McKinley Memorial Library is pleased to announce we are in partnership with the Library Speakers Consortium (LSC). The Consortium is a group of libraries that pool resources to hire well-known fiction and nonfiction adult, children's, and young adult authors to speak to their patrons. All programs are broadcast live (online) and recorded for later viewing. You can access our LSC webpage to see a list of upcoming speakers and view past recordings. You can also subscribe to monthly event email reminders about current and upcoming speakers from the Library Speakers Consortium!
Register for this online event. You do not need to have a library card to register.
Feminist philosopher Dr. Lindsey Stewart’s book, The Conjuring of America: Mojos, Mermaids, Medicine, and 400 Years of Black Women’s Magic, tells the stories of Negro Mammies of slavery; the Voodoo Queens and Blues Women of Reconstruction; and the Granny Midwives and textile weavers of the Jim Crow era. These women, in secrecy and subterfuge, courageously and devotedly continued their practices and worship for centuries and passed down their traditions.
Conjure informs our lives in ways remarkable and ordinary—from traditional medicines that informed the creation of Vicks VapoRub and the rise of Aunt Jemima’s Pancake Mix, to the original magic of Disney’s The Little Mermaid (2023), and the true origins of the all-American classic blue jean.

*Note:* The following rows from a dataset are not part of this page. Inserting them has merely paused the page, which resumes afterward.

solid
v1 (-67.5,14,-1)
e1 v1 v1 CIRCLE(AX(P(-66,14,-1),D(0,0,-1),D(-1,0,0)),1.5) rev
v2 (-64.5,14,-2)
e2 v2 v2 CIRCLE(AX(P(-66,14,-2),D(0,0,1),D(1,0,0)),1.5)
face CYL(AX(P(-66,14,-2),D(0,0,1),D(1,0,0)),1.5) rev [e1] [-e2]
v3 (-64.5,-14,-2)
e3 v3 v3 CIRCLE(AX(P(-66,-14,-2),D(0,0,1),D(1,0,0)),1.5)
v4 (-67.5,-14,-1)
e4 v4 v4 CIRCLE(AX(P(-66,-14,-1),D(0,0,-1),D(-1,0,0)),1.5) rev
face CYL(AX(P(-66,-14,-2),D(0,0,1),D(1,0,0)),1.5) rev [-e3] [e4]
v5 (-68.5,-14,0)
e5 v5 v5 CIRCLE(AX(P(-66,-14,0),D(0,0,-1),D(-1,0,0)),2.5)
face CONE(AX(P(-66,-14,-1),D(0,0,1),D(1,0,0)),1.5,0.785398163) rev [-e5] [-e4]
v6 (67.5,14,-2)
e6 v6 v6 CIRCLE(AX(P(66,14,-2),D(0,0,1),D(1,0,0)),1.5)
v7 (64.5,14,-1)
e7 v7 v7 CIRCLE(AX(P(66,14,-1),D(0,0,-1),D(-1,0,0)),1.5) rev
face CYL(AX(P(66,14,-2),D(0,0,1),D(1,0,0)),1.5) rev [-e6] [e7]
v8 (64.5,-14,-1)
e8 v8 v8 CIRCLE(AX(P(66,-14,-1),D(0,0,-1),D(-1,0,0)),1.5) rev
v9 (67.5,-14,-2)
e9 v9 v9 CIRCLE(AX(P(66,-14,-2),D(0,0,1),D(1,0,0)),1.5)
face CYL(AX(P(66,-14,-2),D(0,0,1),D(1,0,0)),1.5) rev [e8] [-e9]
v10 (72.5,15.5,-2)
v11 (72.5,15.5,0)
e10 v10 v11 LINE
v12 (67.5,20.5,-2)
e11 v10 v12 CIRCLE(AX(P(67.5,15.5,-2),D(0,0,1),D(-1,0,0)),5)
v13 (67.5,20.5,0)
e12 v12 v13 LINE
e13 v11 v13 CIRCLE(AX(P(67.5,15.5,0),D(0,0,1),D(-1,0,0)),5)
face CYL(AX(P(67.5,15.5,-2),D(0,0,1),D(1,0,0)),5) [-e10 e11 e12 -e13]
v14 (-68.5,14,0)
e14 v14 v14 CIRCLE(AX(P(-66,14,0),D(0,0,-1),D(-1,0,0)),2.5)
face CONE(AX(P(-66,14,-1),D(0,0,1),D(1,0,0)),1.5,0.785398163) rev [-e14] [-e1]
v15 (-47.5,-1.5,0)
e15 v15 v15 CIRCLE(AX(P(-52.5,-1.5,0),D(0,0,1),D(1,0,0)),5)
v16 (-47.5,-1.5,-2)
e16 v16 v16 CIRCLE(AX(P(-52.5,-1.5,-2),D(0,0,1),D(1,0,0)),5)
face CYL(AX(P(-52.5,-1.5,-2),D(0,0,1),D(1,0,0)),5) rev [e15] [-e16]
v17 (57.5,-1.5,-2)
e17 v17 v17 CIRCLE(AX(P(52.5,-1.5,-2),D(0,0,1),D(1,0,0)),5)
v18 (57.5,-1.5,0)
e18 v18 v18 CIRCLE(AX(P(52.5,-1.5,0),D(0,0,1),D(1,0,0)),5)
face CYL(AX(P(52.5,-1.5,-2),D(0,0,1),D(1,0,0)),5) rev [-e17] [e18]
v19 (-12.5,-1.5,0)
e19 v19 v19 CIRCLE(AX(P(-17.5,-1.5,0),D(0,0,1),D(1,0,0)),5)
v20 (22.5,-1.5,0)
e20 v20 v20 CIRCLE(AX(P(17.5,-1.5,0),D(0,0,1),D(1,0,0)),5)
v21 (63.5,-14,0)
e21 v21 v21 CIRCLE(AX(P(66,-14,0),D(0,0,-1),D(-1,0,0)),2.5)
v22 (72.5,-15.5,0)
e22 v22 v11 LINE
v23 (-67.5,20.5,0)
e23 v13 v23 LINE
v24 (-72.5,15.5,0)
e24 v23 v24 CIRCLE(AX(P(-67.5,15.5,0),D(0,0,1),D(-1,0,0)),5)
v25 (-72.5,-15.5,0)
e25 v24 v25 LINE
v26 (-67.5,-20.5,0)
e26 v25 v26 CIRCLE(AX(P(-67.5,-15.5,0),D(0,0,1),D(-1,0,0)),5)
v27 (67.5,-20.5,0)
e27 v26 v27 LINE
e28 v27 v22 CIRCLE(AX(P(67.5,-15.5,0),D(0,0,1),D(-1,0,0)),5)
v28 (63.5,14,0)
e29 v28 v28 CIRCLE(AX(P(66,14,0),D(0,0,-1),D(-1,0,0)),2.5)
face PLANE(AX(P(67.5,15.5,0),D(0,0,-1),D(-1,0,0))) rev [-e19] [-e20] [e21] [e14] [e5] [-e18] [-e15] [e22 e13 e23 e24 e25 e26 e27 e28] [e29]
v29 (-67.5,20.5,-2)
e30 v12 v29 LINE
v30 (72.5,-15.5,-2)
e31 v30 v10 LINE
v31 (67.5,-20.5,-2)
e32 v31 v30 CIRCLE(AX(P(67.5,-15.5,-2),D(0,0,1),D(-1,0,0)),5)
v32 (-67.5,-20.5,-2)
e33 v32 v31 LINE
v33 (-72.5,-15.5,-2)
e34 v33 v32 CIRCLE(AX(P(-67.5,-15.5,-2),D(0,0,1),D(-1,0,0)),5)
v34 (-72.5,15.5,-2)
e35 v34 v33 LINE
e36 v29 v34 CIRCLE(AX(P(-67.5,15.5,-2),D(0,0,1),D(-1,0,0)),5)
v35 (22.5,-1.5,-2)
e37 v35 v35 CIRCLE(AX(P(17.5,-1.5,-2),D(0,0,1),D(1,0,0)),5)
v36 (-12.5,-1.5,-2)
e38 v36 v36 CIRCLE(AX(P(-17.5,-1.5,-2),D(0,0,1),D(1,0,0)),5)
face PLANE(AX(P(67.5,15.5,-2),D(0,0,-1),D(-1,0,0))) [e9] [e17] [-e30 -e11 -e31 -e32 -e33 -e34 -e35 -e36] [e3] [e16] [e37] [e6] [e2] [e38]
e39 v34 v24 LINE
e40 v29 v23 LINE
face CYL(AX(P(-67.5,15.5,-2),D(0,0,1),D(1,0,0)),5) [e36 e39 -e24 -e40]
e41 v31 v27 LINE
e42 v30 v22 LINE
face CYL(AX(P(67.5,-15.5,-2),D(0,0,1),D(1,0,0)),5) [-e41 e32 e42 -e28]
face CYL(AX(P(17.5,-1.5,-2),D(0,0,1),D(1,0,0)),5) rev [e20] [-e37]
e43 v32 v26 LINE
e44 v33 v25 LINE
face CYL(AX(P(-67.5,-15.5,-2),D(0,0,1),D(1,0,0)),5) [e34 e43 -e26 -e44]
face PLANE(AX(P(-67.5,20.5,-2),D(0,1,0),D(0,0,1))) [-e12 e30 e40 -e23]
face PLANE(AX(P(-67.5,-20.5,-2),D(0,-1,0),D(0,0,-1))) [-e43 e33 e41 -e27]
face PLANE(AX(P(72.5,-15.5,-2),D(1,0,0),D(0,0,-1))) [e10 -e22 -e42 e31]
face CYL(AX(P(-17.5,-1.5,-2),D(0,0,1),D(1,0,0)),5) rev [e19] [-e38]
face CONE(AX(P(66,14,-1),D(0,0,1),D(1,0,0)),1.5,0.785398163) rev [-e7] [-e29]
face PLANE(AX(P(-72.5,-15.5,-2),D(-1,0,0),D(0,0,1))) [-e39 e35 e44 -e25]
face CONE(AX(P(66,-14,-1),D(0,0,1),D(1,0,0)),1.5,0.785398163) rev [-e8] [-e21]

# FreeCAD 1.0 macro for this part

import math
import FreeCAD as App
import Part
import Sketcher
Q = App.Units.Quantity


def edges_at(feature, points):
    """Names of the edges that pass closest to the given points."""
    edges = feature.Shape.Edges
    near = lambda p: min(range(len(edges)), key=lambda i: edges[i].distToShape(Part.Vertex(*p))[0])
    return sorted({f"Edge{near(p) + 1}" for p in points})

doc = App.newDocument("Part")
params = doc.addObject("Spreadsheet::Sheet", "Params")
for row, (alias, value) in enumerate([
    ("sketch1_diameter", "3 mm"),
    ("sketch1_diameter2", "10 mm"),
    ("sketch1_width", "135 mm"),
    ("sketch1_height", "31 mm"),
    ("pad1_length", "2 mm"),
    ("chamfer_size", "1 mm"),
], start=1):
    params.set(f"A{row}", alias)
    params.set(f"B{row}", "=" + value)
    params.setAlias(f"B{row}", alias)

body = doc.addObject("PartDesign::Body", "Body")

# Sketch on XY plane
sketch1 = body.newObject("Sketcher::SketchObject", "Sketch")
sketch1.AttachmentSupport = (doc.getObject("XY_Plane"), [""])
sketch1.MapMode = "FlatFace"
sketch1.addGeometry(Part.LineSegment(App.Vector(-67.5, -20.5, 0), App.Vector(67.5, -20.5, 0)), False)
sketch1.addGeometry(Part.ArcOfCircle(Part.Circle(App.Vector(67.5, -15.5, 0), App.Vector(0, 0, 1), 5), math.radians(-90), math.radians(0)), False)
sketch1.addGeometry(Part.LineSegment(App.Vector(72.5, -15.5, 0), App.Vector(72.5, 15.5, 0)), False)
sketch1.addGeometry(Part.ArcOfCircle(Part.Circle(App.Vector(67.5, 15.5, 0), App.Vector(0, 0, 1), 5), math.radians(0), math.radians(90)), False)
sketch1.addGeometry(Part.LineSegment(App.Vector(67.5, 20.5, 0), App.Vector(-67.5, 20.5, 0)), False)
sketch1.addGeometry(Part.ArcOfCircle(Part.Circle(App.Vector(-67.5, 15.5, 0), App.Vector(0, 0, 1), 5), math.radians(90), math.radians(180)), False)
sketch1.addGeometry(Part.LineSegment(App.Vector(-72.5, 15.5, 0), App.Vector(-72.5, -15.5, 0)), False)
sketch1.addGeometry(Part.ArcOfCircle(Part.Circle(App.Vector(-67.5, -15.5, 0), App.Vector(0, 0, 1), 5), math.radians(180), math.radians(270)), False)
sketch1.addGeometry(Part.Circle(App.Vector(-66, -14, 0), App.Vector(0, 0, 1), 1.5), False)
sketch1.addGeometry(Part.Circle(App.Vector(-52.5, -1.5, 0), App.Vector(0, 0, 1), 5), False)
sketch1.addGeometry(Part.Circle(App.Vector(-17.5, -1.5, 0), App.Vector(0, 0, 1), 5), False)
sketch1.addGeometry(Part.Circle(App.Vector(66, -14, 0), App.Vector(0, 0, 1), 1.5), False)
sketch1.addGeometry(Part.Circle(App.Vector(17.5, -1.5, 0), App.Vector(0, 0, 1), 5), False)
sketch1.addGeometry(Part.Circle(App.Vector(52.5, -1.5, 0), App.Vector(0, 0, 1), 5), False)
sketch1.addGeometry(Part.Circle(App.Vector(-66, 14, 0), App.Vector(0, 0, 1), 1.5), False)
sketch1.addGeometry(Part.Circle(App.Vector(66, 14, 0), App.Vector(0, 0, 1), 1.5), False)
sketch1.addConstraint(Sketcher.Constraint("Tangent", 0, 2, 1, 1))
sketch1.addConstraint(Sketcher.Constraint("Tangent", 1, 2, 2, 1))
sketch1.addConstraint(Sketcher.Constraint("Tangent", 2, 2, 3, 1))
sketch1.addConstraint(Sketcher.Constraint("Tangent", 3, 2, 4, 1))
sketch1.addConstraint(Sketcher.Constraint("Tangent", 4, 2, 5, 1))
sketch1.addConstraint(Sketcher.Constraint("Tangent", 5, 2, 6, 1))
sketch1.addConstraint(Sketcher.Constraint("Tangent", 6, 2, 7, 1))
sketch1.addConstraint(Sketcher.Constraint("Tangent", 7, 2, 0, 1))
sketch1.addConstraint(Sketcher.Constraint("Horizontal", 0))
sketch1.addConstraint(Sketcher.Constraint("Vertical", 2))
sketch1.addConstraint(Sketcher.Constraint("Horizontal", 4))
sketch1.addConstraint(Sketcher.Constraint("Vertical", 6))
sketch1.addConstraint(Sketcher.Constraint("Equal", 1, 3))
sketch1.addConstraint(Sketcher.Constraint("Equal", 3, 5))
sketch1.addConstraint(Sketcher.Constraint("Equal", 5, 7))
sketch1.addConstraint(Sketcher.Constraint("Equal", 7, 9))
sketch1.addConstraint(Sketcher.Constraint("Equal", 9, 10))
sketch1.addConstraint(Sketcher.Constraint("Equal", 8, 11))
sketch1.addConstraint(Sketcher.Constraint("Equal", 10, 12))
sketch1.addConstraint(Sketcher.Constraint("Equal", 12, 13))
sketch1.addConstraint(Sketcher.Constraint("Equal", 11, 14))
sketch1.addConstraint(Sketcher.Constraint("Equal", 14, 15))
sketch1.addConstraint(Sketcher.Constraint("Symmetric", 1, 3, 5, 3, -1, 1))
sketch1.addConstraint(Sketcher.Constraint("Symmetric", 11, 3, 14, 3, -1, 1))
sketch1.addConstraint(Sketcher.Constraint("Symmetric", 8, 3, 15, 3, -1, 1))
sketch1.addConstraint(Sketcher.Constraint("Symmetric", 8, 3, 11, 3, -2))
sketch1.addConstraint(Sketcher.Constraint("Symmetric", 10, 3, 12, 3, -2))
sketch1.addConstraint(Sketcher.Constraint("Symmetric", 9, 3, 13, 3, -2))
sketch1.addConstraint(Sketcher.Constraint("Horizontal", 9, 3, 10, 3))
sketch1.addConstraint(Sketcher.Constraint("Diameter", 8, Q("3 mm")))
sketch1.addConstraint(Sketcher.Constraint("Diameter", 9, Q("10 mm")))
sketch1.addConstraint(Sketcher.Constraint("DistanceX", 0, 1, 0, 2, Q("135 mm")))
sketch1.addConstraint(Sketcher.Constraint("DistanceY", 2, 1, 2, 2, Q("31 mm")))
sketch1.addConstraint(Sketcher.Constraint("DistanceX", 8, 3, -1, 1, Q("66 mm")))
sketch1.addConstraint(Sketcher.Constraint("DistanceY", 8, 3, -1, 1, Q("14 mm")))
sketch1.addConstraint(Sketcher.Constraint("DistanceX", 7, 3, 9, 3, Q("15 mm")))
sketch1.addConstraint(Sketcher.Constraint("DistanceY", 7, 3, 9, 3, Q("14 mm")))
sketch1.addConstraint(Sketcher.Constraint("DistanceX", 9, 3, 10, 3, Q("35 mm")))
sketch1.setExpression("Constraints[29]", "Params.sketch1_diameter")
sketch1.setExpression("Constraints[30]", "Params.sketch1_diameter2")
sketch1.setExpression("Constraints[31]", "Params.sketch1_width")
sketch1.setExpression("Constraints[32]", "Params.sketch1_height")
pad1 = body.newObject("PartDesign::Pad", "Pad")
pad1.Profile = sketch1
pad1.setExpression("Length", "Params.pad1_length")
pad1.Reversed = True
doc.recompute()

chamfer = body.newObject("PartDesign::Chamfer", "Chamfer")
chamfer.Base = (pad1, edges_at(pad1, [
    (-67.5, 14, 0),
    (-67.5, -14, 0),
    (64.5, -14, 0),
    (64.5, 14, 0),
]))
chamfer.setExpression("Size", "Params.chamfer_size")

doc.recompute()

From the moment enslaved Africans first arrived on these shores, conjure was heavily regulated and even outlawed. Now, Stewart uncovers new contours of American history, sourcing letters from the enslaved, dispatches from the lore of Oshun and other African mystics. The Conjuring of America is a love letter to the real magic Black women used, their herbs, food, textiles, song, and dance, used to sow rebellion, freedom, and hope.
Join us to take part in the magic and celebrate the legacy of America’s founding Black women. Register for free today!
Find the book in the online catalog.
About the Author: Lindsey Stewart is a Black feminist philosopher and an Associate Professor of philosophy at the University of Memphis. She is the author of The Politics of Black Joy. Her work has been featured in Blavity, Signs, Hypatia, and the British Journal for the History of Philosophy, and she holds a 2021 Michael Beaney Prize. She lives in Memphis, Tennessee.